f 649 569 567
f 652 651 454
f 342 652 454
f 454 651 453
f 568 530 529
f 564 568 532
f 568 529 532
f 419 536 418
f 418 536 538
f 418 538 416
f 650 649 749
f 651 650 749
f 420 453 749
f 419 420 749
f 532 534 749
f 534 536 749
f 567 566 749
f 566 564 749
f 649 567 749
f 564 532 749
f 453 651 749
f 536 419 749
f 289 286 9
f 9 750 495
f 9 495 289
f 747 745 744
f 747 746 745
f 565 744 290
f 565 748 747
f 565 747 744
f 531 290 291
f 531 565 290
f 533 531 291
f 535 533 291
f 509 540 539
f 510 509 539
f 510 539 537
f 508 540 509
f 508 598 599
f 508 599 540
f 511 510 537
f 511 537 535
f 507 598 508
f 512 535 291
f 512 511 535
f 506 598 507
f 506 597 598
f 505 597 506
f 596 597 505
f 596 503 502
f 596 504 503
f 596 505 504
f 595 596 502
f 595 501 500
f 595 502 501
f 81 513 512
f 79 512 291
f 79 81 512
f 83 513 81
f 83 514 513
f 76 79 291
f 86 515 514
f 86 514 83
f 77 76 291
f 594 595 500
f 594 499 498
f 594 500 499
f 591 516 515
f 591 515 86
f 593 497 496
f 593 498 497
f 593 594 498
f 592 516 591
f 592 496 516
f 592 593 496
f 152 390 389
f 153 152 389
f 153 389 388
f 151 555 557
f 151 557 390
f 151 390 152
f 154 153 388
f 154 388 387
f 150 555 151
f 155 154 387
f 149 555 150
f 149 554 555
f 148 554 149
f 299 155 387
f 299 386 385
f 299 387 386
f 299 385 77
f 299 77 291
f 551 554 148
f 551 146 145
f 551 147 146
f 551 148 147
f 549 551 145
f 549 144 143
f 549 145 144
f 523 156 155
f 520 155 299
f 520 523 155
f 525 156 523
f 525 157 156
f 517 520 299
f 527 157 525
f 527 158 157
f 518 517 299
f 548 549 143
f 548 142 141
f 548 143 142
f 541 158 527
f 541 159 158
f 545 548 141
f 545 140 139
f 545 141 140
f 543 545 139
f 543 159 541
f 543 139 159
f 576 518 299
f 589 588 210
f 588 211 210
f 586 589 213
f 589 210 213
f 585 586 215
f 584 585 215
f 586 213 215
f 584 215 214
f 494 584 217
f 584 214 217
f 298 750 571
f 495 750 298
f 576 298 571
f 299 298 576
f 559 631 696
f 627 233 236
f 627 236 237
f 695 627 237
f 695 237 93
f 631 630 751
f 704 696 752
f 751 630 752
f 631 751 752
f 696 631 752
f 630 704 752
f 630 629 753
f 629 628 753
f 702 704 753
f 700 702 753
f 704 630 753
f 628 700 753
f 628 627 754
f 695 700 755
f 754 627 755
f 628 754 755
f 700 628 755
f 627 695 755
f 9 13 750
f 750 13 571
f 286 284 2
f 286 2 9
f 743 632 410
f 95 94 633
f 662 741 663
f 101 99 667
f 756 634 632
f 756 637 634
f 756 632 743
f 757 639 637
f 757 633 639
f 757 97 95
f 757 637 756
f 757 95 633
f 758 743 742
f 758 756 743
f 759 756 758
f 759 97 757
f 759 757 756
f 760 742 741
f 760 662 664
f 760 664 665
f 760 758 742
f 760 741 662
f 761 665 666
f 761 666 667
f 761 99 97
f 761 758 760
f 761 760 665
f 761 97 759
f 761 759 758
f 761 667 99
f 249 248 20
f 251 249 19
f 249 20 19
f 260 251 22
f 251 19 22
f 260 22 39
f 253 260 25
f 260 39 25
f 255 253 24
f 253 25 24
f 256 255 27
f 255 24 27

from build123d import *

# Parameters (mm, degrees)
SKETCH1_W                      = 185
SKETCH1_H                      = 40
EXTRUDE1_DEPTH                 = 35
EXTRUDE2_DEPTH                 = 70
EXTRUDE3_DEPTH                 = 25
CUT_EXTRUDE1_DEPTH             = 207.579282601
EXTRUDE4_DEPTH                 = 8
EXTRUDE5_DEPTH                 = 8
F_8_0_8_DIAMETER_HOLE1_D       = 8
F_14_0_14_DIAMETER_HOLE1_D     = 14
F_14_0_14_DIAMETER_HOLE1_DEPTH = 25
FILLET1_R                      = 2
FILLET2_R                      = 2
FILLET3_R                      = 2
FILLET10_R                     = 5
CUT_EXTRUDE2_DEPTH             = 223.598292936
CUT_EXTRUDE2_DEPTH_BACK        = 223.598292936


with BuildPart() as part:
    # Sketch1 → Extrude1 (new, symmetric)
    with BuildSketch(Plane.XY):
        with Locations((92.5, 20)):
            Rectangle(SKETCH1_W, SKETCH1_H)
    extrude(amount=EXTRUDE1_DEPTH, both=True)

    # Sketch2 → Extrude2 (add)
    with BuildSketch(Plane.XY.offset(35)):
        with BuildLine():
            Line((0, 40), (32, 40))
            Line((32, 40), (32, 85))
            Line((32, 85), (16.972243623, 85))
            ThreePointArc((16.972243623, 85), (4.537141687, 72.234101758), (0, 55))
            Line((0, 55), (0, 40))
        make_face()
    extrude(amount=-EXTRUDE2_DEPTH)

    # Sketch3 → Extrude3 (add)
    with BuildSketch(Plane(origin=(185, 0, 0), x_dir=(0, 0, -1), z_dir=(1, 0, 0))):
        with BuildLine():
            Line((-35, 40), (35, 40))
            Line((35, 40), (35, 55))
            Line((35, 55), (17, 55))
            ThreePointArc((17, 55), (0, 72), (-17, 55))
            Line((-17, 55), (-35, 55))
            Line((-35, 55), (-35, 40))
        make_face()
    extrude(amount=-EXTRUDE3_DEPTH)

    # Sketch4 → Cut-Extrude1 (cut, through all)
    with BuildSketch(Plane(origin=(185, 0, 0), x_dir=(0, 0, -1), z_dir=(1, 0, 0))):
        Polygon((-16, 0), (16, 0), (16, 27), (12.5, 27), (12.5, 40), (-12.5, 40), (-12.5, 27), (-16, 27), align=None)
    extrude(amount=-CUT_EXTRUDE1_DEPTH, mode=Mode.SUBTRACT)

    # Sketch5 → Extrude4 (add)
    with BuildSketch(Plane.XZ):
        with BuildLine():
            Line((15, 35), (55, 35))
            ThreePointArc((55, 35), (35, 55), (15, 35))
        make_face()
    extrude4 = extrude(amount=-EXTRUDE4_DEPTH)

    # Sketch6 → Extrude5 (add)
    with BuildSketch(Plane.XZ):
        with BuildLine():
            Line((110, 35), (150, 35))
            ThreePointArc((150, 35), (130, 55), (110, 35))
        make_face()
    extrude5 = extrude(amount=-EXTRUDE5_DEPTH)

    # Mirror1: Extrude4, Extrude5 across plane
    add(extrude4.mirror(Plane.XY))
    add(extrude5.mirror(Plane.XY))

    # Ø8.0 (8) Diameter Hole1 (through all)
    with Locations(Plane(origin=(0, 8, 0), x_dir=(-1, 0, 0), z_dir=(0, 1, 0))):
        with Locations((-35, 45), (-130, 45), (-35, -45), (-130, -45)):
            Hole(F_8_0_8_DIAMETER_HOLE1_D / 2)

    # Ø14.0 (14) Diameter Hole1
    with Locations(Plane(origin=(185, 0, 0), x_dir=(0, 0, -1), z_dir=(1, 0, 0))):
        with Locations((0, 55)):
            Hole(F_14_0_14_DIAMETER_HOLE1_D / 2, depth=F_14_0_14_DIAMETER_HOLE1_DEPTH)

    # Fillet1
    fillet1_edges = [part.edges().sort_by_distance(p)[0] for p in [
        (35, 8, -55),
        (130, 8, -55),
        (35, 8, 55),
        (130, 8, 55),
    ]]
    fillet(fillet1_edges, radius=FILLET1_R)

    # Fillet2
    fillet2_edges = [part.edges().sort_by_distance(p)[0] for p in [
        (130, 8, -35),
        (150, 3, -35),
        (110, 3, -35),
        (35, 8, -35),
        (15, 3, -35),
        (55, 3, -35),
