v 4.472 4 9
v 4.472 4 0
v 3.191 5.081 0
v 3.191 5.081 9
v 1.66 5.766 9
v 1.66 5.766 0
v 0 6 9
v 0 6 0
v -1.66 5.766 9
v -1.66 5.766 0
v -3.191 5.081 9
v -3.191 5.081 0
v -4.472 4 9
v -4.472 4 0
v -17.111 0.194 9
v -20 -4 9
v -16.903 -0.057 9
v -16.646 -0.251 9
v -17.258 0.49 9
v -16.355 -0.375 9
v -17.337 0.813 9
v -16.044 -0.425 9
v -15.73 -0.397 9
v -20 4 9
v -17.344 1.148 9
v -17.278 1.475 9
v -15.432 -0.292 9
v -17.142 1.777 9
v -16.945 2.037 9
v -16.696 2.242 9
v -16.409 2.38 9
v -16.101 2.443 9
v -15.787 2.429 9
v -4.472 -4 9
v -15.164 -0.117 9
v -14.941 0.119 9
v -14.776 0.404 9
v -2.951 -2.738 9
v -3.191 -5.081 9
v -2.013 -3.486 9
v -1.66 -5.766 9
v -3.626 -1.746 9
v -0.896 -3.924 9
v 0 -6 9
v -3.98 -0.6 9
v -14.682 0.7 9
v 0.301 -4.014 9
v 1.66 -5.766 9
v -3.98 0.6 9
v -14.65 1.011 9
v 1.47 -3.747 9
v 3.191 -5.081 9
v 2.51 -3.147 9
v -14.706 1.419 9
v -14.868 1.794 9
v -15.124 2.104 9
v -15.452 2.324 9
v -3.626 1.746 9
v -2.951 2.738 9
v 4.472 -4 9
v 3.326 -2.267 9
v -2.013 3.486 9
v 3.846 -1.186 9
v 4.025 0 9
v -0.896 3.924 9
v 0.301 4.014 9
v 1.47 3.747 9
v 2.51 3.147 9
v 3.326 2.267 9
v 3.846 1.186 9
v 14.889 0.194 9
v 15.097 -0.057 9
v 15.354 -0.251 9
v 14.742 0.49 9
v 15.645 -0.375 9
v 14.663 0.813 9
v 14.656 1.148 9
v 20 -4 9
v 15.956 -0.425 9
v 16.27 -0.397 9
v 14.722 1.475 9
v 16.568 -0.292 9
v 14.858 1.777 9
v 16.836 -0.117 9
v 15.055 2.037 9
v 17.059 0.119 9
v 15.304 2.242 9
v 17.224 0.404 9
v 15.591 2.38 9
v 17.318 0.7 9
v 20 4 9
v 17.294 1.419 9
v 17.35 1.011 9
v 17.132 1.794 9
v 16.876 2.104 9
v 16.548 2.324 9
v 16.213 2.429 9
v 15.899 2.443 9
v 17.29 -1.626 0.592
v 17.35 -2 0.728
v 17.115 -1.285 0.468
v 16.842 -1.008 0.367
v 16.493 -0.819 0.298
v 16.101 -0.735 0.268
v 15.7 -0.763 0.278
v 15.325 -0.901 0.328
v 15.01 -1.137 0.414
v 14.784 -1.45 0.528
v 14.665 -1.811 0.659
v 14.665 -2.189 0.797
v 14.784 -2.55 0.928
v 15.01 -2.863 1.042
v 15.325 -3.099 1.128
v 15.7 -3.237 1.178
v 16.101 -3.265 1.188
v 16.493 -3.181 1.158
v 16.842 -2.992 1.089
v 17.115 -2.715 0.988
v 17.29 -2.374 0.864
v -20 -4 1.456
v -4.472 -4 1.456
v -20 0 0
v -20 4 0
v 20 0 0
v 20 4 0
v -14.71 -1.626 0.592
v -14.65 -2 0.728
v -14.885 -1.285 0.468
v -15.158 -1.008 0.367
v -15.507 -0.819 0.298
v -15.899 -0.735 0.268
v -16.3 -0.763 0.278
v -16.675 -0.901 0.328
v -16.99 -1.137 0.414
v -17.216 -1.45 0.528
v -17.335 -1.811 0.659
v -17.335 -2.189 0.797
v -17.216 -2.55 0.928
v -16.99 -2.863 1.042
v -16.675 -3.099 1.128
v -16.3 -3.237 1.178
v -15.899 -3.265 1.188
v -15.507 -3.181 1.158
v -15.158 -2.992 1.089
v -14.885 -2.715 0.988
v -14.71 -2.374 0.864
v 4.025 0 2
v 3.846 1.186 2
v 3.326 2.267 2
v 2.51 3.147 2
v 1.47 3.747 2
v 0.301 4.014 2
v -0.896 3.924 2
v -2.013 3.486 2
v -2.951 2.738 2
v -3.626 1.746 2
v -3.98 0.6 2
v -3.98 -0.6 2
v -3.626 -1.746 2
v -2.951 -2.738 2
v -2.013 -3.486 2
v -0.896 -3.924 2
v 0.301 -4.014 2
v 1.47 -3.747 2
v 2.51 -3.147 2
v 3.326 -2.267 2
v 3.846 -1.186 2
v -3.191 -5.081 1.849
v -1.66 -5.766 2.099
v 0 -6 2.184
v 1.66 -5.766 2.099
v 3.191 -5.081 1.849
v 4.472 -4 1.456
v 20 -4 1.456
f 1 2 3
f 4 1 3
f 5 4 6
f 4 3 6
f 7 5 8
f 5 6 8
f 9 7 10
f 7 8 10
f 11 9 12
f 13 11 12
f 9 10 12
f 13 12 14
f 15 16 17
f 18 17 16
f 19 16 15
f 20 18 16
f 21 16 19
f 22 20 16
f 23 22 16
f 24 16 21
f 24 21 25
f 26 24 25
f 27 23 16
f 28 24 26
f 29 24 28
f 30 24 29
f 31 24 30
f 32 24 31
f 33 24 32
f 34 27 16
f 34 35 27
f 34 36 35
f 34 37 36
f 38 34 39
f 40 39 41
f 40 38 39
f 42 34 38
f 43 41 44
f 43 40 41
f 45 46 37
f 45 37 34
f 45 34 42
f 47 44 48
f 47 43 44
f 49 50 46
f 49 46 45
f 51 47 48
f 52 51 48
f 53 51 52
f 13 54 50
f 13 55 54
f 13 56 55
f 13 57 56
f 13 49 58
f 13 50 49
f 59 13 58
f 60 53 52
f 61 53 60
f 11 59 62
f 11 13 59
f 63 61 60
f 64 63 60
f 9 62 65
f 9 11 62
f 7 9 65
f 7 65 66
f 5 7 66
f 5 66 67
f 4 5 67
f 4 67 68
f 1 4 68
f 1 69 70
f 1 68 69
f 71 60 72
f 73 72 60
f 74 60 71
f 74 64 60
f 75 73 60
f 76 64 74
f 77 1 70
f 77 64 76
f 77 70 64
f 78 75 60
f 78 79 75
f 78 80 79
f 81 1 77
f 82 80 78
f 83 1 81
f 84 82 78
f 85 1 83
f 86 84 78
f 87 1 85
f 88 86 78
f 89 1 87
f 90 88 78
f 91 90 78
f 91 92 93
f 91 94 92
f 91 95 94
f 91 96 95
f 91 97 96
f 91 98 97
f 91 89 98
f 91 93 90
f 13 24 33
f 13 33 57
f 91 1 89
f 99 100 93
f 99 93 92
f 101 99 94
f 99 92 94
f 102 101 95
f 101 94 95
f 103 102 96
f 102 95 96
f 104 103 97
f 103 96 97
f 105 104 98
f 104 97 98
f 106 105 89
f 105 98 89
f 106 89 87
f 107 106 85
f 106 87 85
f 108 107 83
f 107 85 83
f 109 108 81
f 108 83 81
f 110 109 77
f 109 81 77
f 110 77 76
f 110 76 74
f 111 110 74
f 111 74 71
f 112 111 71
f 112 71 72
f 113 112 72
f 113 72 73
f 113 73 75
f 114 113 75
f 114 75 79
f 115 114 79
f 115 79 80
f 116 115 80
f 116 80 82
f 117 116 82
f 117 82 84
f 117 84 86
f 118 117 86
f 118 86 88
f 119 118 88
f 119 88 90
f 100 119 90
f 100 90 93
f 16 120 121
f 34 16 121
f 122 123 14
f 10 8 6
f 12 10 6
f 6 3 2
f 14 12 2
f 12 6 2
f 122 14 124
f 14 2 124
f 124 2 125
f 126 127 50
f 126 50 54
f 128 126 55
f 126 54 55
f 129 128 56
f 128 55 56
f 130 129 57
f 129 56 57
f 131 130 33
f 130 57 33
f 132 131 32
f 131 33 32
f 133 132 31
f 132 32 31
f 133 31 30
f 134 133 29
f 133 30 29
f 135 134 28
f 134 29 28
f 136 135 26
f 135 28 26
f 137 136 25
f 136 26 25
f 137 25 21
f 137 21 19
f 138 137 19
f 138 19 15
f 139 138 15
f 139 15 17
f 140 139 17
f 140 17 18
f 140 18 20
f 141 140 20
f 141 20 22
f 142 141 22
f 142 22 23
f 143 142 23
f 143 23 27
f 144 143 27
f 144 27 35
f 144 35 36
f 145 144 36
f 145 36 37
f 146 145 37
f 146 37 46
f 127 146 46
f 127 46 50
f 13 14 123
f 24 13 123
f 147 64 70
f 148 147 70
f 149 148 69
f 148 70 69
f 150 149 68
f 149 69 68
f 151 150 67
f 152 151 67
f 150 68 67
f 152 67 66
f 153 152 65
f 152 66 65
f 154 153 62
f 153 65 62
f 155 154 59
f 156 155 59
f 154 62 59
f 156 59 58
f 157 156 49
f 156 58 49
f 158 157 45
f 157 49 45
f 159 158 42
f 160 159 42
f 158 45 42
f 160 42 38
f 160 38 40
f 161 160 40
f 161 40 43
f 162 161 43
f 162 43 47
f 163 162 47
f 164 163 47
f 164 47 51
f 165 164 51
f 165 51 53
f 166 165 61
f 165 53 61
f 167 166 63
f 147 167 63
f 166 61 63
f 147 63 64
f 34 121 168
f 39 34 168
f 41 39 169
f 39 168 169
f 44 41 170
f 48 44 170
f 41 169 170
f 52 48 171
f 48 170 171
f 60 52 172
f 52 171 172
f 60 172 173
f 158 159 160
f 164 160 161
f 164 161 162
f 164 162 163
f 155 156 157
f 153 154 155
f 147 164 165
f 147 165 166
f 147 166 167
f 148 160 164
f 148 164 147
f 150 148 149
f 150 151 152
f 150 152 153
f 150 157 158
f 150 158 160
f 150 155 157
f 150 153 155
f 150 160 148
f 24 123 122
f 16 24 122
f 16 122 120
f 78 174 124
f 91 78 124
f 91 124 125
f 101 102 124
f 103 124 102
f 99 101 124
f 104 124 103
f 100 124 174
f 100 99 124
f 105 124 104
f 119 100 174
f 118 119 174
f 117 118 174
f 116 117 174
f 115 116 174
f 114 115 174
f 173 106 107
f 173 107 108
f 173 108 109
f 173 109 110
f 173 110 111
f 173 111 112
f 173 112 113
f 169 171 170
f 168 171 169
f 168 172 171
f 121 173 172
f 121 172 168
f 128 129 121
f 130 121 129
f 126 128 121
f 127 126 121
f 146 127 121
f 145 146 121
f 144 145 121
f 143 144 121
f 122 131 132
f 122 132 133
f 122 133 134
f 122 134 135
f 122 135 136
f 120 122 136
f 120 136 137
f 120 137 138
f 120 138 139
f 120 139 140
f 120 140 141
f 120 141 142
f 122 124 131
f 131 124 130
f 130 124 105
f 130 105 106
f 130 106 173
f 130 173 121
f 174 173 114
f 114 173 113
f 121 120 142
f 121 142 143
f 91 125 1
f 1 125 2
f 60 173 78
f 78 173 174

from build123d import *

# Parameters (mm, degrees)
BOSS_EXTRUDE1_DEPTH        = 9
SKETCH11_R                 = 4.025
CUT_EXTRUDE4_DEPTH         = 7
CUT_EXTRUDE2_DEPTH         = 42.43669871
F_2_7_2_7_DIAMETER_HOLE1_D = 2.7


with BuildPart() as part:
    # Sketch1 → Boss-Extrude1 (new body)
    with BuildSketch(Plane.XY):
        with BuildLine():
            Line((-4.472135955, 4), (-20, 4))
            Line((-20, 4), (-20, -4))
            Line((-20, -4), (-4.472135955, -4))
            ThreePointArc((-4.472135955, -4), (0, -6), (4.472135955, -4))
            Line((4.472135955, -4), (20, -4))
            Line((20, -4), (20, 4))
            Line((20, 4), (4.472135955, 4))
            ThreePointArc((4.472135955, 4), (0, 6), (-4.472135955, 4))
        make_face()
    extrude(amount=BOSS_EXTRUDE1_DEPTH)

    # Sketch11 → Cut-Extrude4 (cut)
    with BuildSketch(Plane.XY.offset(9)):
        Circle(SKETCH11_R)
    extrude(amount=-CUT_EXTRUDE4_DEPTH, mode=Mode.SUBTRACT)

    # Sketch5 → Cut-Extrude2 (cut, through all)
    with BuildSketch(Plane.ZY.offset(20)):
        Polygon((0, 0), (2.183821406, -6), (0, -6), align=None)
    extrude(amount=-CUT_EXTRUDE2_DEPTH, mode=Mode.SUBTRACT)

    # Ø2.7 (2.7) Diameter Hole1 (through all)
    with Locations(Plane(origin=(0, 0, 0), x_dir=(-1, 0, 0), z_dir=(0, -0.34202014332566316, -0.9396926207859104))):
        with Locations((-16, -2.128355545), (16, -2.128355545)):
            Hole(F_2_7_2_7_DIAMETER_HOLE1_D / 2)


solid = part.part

|---|

■ WORK REQUEST
Write out, from the lines above, only those from the line with "f 107 106 85" to the line with "f 118 117 86", exactly as given, including the first and the last.

■ WRITTEN RESPONSE
f 107 106 85
f 106 87 85
f 108 107 83
f 107 85 83
f 109 108 81
f 108 83 81
f 110 109 77
f 109 81 77
f 110 77 76
f 110 76 74
f 111 110 74
f 111 74 71
f 112 111 71
f 112 71 72
f 113 112 72
f 113 72 73
f 113 73 75
f 114 113 75
f 114 75 79
f 115 114 79
f 115 79 80
f 116 115 80
f 116 80 82
f 117 116 82
f 117 82 84
f 117 84 86
f 118 117 86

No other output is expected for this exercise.